# Another question  about the Oklahoma Joe's Highland firebox



## Markus2982 (Mar 31, 2020)

So here is the deal. I know this has been asked and all the threads I read tend to give me a different answer so I wanted to though this out there. 

I bought An OJ Highland lastnight online and am waiting for it to be delivered. 2 things I want to do during assembly is the seal the 2 halves on the firebox and the firebox/cooking chamber. Are there specific products you all use for this? I keep reading high temp red rtv for this application, but is the a certain brand that is best for this? Are there brands to stay away from?

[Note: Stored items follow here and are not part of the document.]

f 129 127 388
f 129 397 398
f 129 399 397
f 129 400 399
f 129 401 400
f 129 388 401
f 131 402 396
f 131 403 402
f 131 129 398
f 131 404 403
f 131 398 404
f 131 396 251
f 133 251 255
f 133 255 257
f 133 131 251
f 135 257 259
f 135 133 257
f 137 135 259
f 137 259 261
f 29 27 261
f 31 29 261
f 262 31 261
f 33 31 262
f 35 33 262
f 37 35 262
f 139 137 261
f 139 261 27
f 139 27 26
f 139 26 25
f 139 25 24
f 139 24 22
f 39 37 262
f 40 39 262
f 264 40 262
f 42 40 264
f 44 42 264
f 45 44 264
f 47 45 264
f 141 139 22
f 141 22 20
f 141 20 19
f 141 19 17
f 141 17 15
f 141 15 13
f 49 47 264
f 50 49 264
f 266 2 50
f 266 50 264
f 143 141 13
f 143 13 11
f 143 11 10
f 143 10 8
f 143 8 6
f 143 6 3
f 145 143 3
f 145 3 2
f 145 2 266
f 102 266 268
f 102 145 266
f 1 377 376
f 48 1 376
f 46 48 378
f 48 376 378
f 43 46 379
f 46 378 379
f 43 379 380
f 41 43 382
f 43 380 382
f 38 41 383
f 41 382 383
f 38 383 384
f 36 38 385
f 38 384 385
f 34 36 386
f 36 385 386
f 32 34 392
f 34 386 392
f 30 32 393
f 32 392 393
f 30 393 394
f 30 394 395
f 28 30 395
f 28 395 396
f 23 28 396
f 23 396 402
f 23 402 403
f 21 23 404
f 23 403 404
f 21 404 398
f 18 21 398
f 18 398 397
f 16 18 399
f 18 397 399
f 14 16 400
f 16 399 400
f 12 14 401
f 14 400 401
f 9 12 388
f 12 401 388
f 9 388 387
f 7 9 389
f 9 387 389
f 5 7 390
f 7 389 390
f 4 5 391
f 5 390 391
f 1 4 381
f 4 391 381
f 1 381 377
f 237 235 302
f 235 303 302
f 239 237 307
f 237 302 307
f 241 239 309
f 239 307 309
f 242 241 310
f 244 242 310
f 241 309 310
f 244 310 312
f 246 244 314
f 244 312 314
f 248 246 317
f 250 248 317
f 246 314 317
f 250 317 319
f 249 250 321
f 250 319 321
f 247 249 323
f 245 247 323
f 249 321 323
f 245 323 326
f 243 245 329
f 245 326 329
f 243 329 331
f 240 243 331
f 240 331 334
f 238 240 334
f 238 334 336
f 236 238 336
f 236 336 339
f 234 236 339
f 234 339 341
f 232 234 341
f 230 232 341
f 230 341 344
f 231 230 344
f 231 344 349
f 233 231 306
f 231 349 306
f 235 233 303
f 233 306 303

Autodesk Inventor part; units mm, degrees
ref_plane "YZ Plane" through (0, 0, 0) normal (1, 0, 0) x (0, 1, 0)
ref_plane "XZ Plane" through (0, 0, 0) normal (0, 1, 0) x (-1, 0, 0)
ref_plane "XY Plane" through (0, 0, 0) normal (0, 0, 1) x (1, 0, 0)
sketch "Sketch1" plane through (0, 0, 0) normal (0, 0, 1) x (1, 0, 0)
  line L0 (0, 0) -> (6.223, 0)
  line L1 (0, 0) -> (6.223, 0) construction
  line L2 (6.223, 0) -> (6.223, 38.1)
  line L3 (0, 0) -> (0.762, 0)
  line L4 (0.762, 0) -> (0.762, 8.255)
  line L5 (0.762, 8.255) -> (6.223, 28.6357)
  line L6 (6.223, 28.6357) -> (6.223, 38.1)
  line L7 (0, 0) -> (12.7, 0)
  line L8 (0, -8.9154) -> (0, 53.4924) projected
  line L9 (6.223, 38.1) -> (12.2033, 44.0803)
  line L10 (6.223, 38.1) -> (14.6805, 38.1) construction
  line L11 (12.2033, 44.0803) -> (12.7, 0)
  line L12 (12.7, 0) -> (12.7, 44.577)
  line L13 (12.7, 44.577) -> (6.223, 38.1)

Is there something other than rtv that is better now-a-days? 

The only smoking I have done was on my Weber kettle so I want to make sure I set this up right with materials safe to use in a smoker. Thanks for all of your help.


----------



## JWFokker (Mar 31, 2020)

Any high temp rtv is fine. Red, copper, black. It's not going to hold up to the heat of the firebox for long anyway. Use it on gaps in the cook chamber and the exhaust. If you really want to seal up the firebox use fiberglass gasket material, but it should seal itself with creosote eventually. Rtv will just bake and crumble on the firebox.


----------



## Fueling Around (Mar 31, 2020)

No direct experience with OK Joe.  I eyed them when considering an upgrade, but changed my mind from an offset to making a fridge smoker.
I have a crappy Brinkmann offset that I originally bought as a cheap charcoal grill. I used it as an offset smoker many times. I fabricated a fuel basket for the offset and charcoal tray for the main chamber.
Never saw the need to seal the firebox halves nor the firebox to cook chamber.  The cook chamber has too many leaks to attempt any fixes.

 A good selection of cook chamber seals is from LavaLock.
I'm going to order from them to seal the cook chamber lid on my new pellet pooper.


----------